(INFORMATION SUPPLIED):

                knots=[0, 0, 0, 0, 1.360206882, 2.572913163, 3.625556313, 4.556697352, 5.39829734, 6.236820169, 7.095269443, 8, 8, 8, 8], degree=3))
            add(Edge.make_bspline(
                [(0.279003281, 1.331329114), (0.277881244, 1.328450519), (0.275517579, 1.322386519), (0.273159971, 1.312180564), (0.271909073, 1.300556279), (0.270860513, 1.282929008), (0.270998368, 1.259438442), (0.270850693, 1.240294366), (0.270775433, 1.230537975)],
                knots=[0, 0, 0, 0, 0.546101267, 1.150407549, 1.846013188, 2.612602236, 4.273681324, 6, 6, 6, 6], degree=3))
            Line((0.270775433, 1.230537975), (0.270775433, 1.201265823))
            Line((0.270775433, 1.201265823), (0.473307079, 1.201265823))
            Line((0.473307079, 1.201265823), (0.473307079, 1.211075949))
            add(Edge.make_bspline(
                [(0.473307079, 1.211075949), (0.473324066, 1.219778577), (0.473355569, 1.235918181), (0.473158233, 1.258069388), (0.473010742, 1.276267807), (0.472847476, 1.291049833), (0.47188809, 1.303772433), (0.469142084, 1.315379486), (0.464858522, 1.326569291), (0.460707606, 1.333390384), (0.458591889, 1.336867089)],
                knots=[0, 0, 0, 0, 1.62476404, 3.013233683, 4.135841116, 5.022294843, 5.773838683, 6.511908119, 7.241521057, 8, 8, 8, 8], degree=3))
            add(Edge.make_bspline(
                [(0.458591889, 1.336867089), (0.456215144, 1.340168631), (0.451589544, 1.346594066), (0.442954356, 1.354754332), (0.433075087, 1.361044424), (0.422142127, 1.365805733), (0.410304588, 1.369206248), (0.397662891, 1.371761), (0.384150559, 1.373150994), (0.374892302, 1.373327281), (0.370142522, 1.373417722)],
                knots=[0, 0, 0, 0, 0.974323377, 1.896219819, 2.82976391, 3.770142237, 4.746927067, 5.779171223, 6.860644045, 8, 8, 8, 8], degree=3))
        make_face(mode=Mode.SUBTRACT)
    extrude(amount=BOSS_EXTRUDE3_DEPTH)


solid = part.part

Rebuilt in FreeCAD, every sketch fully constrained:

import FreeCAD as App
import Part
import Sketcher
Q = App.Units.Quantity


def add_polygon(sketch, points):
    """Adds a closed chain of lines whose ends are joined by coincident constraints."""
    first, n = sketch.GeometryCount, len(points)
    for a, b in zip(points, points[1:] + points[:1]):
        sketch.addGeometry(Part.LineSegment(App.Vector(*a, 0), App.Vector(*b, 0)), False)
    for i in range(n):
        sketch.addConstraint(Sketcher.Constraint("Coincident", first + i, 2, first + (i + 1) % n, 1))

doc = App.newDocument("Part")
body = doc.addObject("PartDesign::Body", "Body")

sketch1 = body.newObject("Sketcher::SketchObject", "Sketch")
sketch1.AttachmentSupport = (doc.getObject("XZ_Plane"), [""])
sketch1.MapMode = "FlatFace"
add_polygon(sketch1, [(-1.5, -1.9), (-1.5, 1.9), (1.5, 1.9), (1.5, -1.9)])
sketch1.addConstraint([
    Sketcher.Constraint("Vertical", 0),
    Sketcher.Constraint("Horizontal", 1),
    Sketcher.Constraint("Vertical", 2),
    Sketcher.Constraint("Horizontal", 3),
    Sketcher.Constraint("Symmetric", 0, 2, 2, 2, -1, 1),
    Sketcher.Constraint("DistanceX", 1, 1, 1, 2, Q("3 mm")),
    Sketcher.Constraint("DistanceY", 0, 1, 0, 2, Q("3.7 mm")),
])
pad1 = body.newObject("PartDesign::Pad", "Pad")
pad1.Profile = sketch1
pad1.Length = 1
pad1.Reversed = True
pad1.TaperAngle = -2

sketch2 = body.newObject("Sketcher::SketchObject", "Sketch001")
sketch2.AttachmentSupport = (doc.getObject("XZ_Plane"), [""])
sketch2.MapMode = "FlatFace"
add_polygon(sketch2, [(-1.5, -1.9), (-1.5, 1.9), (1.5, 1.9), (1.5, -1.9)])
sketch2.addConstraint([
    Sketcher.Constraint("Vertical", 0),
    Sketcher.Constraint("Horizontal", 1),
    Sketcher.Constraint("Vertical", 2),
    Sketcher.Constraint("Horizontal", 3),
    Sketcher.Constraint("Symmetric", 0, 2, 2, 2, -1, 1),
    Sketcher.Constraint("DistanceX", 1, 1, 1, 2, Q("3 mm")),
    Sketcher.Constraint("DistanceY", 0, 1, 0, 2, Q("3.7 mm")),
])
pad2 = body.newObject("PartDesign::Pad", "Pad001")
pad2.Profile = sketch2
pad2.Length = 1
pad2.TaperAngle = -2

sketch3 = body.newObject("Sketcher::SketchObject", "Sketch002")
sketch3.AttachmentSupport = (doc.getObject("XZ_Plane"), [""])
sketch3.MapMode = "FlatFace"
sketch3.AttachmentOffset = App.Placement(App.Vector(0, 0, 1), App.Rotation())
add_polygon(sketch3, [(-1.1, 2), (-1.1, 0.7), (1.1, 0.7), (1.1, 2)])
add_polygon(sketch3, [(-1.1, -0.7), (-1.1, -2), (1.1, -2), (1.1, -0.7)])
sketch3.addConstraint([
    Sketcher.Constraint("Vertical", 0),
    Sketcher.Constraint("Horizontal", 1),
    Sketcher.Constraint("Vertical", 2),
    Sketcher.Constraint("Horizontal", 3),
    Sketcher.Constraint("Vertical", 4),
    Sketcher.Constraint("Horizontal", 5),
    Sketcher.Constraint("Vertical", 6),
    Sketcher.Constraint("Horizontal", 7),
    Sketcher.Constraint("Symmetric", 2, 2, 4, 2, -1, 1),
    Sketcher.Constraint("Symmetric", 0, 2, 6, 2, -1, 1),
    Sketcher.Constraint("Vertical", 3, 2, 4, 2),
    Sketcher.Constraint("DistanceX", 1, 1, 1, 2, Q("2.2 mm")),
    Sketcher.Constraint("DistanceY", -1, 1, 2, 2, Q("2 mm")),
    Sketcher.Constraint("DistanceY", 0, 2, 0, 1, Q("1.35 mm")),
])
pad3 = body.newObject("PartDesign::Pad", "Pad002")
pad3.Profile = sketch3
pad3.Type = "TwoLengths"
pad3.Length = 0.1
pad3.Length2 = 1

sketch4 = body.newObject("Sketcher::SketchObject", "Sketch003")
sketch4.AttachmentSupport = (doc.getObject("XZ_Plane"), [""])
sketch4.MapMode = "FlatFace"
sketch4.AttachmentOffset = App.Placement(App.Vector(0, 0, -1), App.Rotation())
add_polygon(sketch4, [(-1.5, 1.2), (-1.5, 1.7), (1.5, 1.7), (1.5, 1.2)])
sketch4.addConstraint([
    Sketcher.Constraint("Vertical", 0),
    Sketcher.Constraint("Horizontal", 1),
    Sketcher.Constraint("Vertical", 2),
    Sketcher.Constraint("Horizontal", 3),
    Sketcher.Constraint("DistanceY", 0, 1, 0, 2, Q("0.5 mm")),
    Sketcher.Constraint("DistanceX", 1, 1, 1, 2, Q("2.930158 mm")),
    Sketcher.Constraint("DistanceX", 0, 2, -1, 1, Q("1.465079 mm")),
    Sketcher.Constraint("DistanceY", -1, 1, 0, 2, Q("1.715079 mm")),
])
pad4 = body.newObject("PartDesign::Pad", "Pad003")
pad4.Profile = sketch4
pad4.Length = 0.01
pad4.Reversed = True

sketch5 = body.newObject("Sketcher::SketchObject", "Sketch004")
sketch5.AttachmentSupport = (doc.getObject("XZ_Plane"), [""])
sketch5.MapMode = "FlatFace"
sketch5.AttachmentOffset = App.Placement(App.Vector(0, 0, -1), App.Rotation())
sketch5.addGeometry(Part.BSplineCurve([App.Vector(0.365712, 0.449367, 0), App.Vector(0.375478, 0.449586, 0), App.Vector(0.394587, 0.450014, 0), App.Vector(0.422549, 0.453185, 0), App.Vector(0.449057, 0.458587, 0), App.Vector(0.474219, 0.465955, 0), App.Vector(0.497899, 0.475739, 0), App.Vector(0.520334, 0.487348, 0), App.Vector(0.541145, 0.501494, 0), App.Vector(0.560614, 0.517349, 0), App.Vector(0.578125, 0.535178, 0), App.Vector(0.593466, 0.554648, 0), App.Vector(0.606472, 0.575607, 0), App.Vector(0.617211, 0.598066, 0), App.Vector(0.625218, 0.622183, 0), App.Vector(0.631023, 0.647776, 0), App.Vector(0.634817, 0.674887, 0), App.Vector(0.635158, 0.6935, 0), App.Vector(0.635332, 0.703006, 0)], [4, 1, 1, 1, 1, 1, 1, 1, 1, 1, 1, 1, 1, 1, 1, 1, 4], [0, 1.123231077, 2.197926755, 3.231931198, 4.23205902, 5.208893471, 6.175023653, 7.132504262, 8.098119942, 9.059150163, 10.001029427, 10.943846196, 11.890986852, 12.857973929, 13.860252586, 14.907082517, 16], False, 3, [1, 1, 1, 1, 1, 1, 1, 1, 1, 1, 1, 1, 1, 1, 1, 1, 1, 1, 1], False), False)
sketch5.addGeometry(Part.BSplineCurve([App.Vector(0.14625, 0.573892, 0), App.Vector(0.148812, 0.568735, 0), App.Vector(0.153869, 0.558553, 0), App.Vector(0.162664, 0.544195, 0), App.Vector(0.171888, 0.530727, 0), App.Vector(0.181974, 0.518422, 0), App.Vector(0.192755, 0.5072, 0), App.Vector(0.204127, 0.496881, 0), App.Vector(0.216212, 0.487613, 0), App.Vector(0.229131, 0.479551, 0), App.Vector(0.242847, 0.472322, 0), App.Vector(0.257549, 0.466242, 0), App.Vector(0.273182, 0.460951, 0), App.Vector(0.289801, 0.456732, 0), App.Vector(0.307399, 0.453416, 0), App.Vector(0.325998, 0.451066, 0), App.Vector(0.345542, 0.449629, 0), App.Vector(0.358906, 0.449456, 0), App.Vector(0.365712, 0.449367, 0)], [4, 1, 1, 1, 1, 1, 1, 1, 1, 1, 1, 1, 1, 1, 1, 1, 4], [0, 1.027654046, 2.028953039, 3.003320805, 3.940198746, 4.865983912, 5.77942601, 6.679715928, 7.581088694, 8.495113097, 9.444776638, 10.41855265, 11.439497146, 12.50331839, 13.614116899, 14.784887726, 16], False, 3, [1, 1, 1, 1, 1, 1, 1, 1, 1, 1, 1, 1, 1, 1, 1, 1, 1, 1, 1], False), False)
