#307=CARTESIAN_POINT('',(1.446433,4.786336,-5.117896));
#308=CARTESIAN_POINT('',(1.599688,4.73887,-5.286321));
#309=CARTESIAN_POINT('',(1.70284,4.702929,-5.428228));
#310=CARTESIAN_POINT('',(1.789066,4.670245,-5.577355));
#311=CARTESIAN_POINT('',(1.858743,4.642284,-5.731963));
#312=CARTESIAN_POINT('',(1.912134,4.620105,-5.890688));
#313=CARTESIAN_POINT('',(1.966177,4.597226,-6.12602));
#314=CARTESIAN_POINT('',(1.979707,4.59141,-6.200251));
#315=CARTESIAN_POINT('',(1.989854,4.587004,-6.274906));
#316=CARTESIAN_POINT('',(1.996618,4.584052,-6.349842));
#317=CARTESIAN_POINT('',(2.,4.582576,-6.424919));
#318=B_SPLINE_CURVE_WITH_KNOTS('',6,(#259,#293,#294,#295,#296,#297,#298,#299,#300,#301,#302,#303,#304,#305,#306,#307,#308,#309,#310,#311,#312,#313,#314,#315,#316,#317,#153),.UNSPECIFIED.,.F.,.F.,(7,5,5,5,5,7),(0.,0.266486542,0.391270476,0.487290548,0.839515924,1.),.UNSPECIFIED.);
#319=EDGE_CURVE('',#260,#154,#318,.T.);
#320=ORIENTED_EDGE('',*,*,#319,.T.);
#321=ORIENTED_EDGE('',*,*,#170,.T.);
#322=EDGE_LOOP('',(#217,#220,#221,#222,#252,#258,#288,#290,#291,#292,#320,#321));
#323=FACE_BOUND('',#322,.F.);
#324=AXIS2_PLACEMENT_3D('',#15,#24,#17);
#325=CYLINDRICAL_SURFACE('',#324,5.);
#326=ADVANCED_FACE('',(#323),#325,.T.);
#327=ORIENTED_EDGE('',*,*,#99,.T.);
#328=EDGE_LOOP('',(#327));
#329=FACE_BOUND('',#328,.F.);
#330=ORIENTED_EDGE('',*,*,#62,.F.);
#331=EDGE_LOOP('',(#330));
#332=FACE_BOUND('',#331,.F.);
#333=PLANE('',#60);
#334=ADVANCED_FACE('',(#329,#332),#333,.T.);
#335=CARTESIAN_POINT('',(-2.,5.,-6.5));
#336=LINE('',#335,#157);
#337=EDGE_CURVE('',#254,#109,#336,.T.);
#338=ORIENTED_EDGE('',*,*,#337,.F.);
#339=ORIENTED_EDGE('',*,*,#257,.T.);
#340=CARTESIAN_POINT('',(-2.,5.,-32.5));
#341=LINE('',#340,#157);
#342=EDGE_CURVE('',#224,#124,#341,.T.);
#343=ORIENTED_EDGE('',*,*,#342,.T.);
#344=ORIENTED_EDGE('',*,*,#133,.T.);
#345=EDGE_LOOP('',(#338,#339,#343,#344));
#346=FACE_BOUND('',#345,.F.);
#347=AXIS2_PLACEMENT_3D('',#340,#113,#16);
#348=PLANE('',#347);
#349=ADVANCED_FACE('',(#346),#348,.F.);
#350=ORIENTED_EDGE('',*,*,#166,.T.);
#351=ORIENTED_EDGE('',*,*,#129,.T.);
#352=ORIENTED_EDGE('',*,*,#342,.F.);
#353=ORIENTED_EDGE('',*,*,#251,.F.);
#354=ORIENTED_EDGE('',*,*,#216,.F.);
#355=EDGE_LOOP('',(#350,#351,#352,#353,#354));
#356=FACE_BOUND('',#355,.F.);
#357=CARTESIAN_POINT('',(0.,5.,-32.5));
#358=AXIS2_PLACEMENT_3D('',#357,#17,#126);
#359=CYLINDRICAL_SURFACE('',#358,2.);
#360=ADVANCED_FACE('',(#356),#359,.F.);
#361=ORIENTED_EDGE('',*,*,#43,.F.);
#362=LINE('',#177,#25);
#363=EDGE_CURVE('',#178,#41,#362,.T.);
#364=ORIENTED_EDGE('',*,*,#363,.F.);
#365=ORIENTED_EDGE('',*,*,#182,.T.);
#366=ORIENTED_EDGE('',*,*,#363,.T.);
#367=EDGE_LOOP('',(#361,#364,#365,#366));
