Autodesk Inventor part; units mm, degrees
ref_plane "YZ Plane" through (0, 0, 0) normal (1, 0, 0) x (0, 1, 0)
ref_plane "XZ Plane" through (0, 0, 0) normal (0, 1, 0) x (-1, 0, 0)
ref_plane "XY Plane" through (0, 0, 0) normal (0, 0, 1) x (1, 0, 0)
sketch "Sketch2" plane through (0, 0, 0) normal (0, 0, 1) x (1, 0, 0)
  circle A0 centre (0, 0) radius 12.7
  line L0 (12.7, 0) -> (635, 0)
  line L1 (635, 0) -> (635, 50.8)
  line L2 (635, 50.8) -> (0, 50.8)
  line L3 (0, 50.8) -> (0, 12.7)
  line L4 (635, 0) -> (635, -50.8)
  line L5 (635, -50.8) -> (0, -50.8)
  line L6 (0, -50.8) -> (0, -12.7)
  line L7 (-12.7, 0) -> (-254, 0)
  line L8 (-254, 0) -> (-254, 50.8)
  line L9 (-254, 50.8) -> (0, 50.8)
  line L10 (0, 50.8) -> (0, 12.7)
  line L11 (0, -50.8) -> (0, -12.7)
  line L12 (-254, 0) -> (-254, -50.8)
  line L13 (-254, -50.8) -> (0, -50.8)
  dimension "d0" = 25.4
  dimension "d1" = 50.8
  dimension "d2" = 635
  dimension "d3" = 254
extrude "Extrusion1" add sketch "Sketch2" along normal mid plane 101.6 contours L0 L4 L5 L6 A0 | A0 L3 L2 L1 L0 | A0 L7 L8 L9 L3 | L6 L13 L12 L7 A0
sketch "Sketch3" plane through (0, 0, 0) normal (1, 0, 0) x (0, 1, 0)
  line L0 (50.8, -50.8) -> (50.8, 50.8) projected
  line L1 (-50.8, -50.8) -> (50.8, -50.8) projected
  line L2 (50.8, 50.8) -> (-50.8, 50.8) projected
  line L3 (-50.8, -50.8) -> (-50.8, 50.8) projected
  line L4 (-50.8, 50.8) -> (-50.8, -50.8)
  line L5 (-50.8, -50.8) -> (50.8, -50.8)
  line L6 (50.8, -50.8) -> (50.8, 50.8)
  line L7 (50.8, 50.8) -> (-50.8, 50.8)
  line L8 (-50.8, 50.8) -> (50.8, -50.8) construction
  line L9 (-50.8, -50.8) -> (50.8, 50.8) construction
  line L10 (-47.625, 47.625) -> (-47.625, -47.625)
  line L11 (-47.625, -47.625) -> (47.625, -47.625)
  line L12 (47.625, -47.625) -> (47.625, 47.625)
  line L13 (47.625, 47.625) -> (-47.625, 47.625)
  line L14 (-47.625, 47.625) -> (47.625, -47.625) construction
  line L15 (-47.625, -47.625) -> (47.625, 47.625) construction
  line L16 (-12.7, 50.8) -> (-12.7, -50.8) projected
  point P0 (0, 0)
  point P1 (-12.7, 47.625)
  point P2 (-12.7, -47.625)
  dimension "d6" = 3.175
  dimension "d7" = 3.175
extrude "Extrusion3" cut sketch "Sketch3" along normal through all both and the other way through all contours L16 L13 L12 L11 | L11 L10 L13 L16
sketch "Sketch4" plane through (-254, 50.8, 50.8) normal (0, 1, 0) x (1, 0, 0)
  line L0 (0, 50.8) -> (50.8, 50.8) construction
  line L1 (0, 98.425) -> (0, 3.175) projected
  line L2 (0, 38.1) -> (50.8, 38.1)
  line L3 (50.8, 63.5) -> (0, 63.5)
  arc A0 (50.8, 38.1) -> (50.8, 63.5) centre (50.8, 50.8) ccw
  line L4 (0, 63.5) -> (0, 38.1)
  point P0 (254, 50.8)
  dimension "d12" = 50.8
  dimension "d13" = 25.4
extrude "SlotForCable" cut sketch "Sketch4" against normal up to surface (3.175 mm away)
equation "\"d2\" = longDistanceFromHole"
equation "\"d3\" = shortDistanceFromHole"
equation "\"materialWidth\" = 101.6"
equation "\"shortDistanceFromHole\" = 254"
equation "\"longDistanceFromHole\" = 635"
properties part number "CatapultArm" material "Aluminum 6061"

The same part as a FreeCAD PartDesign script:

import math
import FreeCAD as App
import Part
import Sketcher
from FreeCAD import Vector
Q = App.Units.Quantity


def add_polygon(sketch, points):
    """Adds a closed chain of lines whose ends are joined by coincident constraints."""
    first, n = sketch.GeometryCount, len(points)
    for a, b in zip(points, points[1:] + points[:1]):
        sketch.addGeometry(Part.LineSegment(App.Vector(*a, 0), App.Vector(*b, 0)), False)
    for i in range(n):
        sketch.addConstraint(Sketcher.Constraint("Coincident", first + i, 2, first + (i + 1) % n, 1))

doc = App.newDocument("Part")
body = doc.addObject("PartDesign::Body", "Body")

sketch1 = body.newObject("Sketcher::SketchObject", "Sketch")
sketch1.AttachmentSupport = (doc.getObject("XY_Plane"), [""])
sketch1.MapMode = "FlatFace"
add_polygon(sketch1, [(635, -51), (635, 51), (-254, 51), (-254, -51)])
sketch1.addGeometry(Part.Circle(Vector(0, 0, 0), Vector(0, 0, 1), 13), False)
sketch1.addConstraint(Sketcher.Constraint("Vertical", 0))
sketch1.addConstraint(Sketcher.Constraint("Horizontal", 1))
sketch1.addConstraint(Sketcher.Constraint("Vertical", 2))
sketch1.addConstraint(Sketcher.Constraint("Horizontal", 3))
sketch1.addConstraint(Sketcher.Constraint("Coincident", 4, 3, -1, 1))
sketch1.addConstraint(Sketcher.Constraint("Diameter", 4, Q("1 in")))
sketch1.addConstraint(Sketcher.Constraint("DistanceX", -1, 1, 0, 2, Q("25 in")))
sketch1.addConstraint(Sketcher.Constraint("DistanceY", -1, 1, 0, 2, Q("2 in")))
sketch1.addConstraint(Sketcher.Constraint("DistanceX", 1, 2, -1, 1, Q("10 in")))
sketch1.addConstraint(Sketcher.Constraint("DistanceY", 2, 2, -1, 1, Q("2 in")))
pad1 = body.newObject("PartDesign::Pad", "Pad")
pad1.Profile = sketch1
pad1.Length = Q("4 in")
pad1.Midplane = True

sketch2 = body.newObject("Sketcher::SketchObject", "Sketch001")
sketch2.AttachmentSupport = (doc.getObject("YZ_Plane"), [""])
sketch2.MapMode = "FlatFace"
add_polygon(sketch2, [(48, 48), (-48, 48), (-48, -48), (48, -48)])
sketch2.addConstraint(Sketcher.Constraint("Horizontal", 0))
sketch2.addConstraint(Sketcher.Constraint("Vertical", 1))
sketch2.addConstraint(Sketcher.Constraint("Horizontal", 2))
sketch2.addConstraint(Sketcher.Constraint("Vertical", 3))
sketch2.addConstraint(Sketcher.Constraint("Symmetric", 0, 2, 2, 2, -1, 1))
sketch2.addConstraint(Sketcher.Constraint("Equal", 2, 1))
sketch2.addConstraint(Sketcher.Constraint("DistanceX", 0, 2, 0, 1, Q("3.75 in")))
pocket1 = body.newObject("PartDesign::Pocket", "Pocket")
pocket1.Profile = sketch2
pocket1.Type = "ThroughAll"
pocket1.Midplane = True

sketch3 = body.newObject("Sketcher::SketchObject", "Sketch002")
sketch3.AttachmentSupport = (doc.getObject("XZ_Plane"), [""])
sketch3.MapMode = "FlatFace"
sketch3.AttachmentOffset = App.Placement(Vector(0, 0, -2 * 25.4), App.Rotation())
sketch3.addGeometry(Part.LineSegment(Vector(-203, -13, 0), Vector(-254, -13, 0)), False)
sketch3.addGeometry(Part.LineSegment(Vector(-254, -13, 0), Vector(-254, 13, 0)), False)
sketch3.addGeometry(Part.LineSegment(Vector(-254, 13, 0), Vector(-203, 13, 0)), False)
sketch3.addGeometry(Part.ArcOfCircle(Part.Circle(Vector(-203, 0, 0), Vector(0, 0, 1), 13), math.radians(-90), math.radians(90)), False)
sketch3.addConstraint(Sketcher.Constraint("Coincident", 0, 2, 1, 1))
sketch3.addConstraint(Sketcher.Constraint("Coincident", 1, 2, 2, 1))
sketch3.addConstraint(Sketcher.Constraint("Tangent", 2, 2, 3, 2))
sketch3.addConstraint(Sketcher.Constraint("Tangent", 3, 1, 0, 1))
sketch3.addConstraint(Sketcher.Constraint("Horizontal", 0))
sketch3.addConstraint(Sketcher.Constraint("Vertical", 1))
sketch3.addConstraint(Sketcher.Constraint("Horizontal", 2))
sketch3.addConstraint(Sketcher.Constraint("PointOnObject", 3, 3, -1))
sketch3.addConstraint(Sketcher.Constraint("Radius", 3, Q("0.5 in")))
sketch3.addConstraint(Sketcher.Constraint("DistanceX", 0, 2, 0, 1, Q("2 in")))
sketch3.addConstraint(Sketcher.Constraint("DistanceX", 3, 3, -1, 1, Q("8 in")))
pocket2 = body.newObject("PartDesign::Pocket", "Pocket001")
pocket2.Profile = sketch3
pocket2.Length = Q("0.125 in")
pocket2.Reversed = True

doc.recompute()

(REQUIRED WORK): Each line in the listing above that includes "longDistanceFromHole" is to be copied.

(YOUR SOLUTION):
equation "\"d2\" = longDistanceFromHole"
equation "\"longDistanceFromHole\" = 635"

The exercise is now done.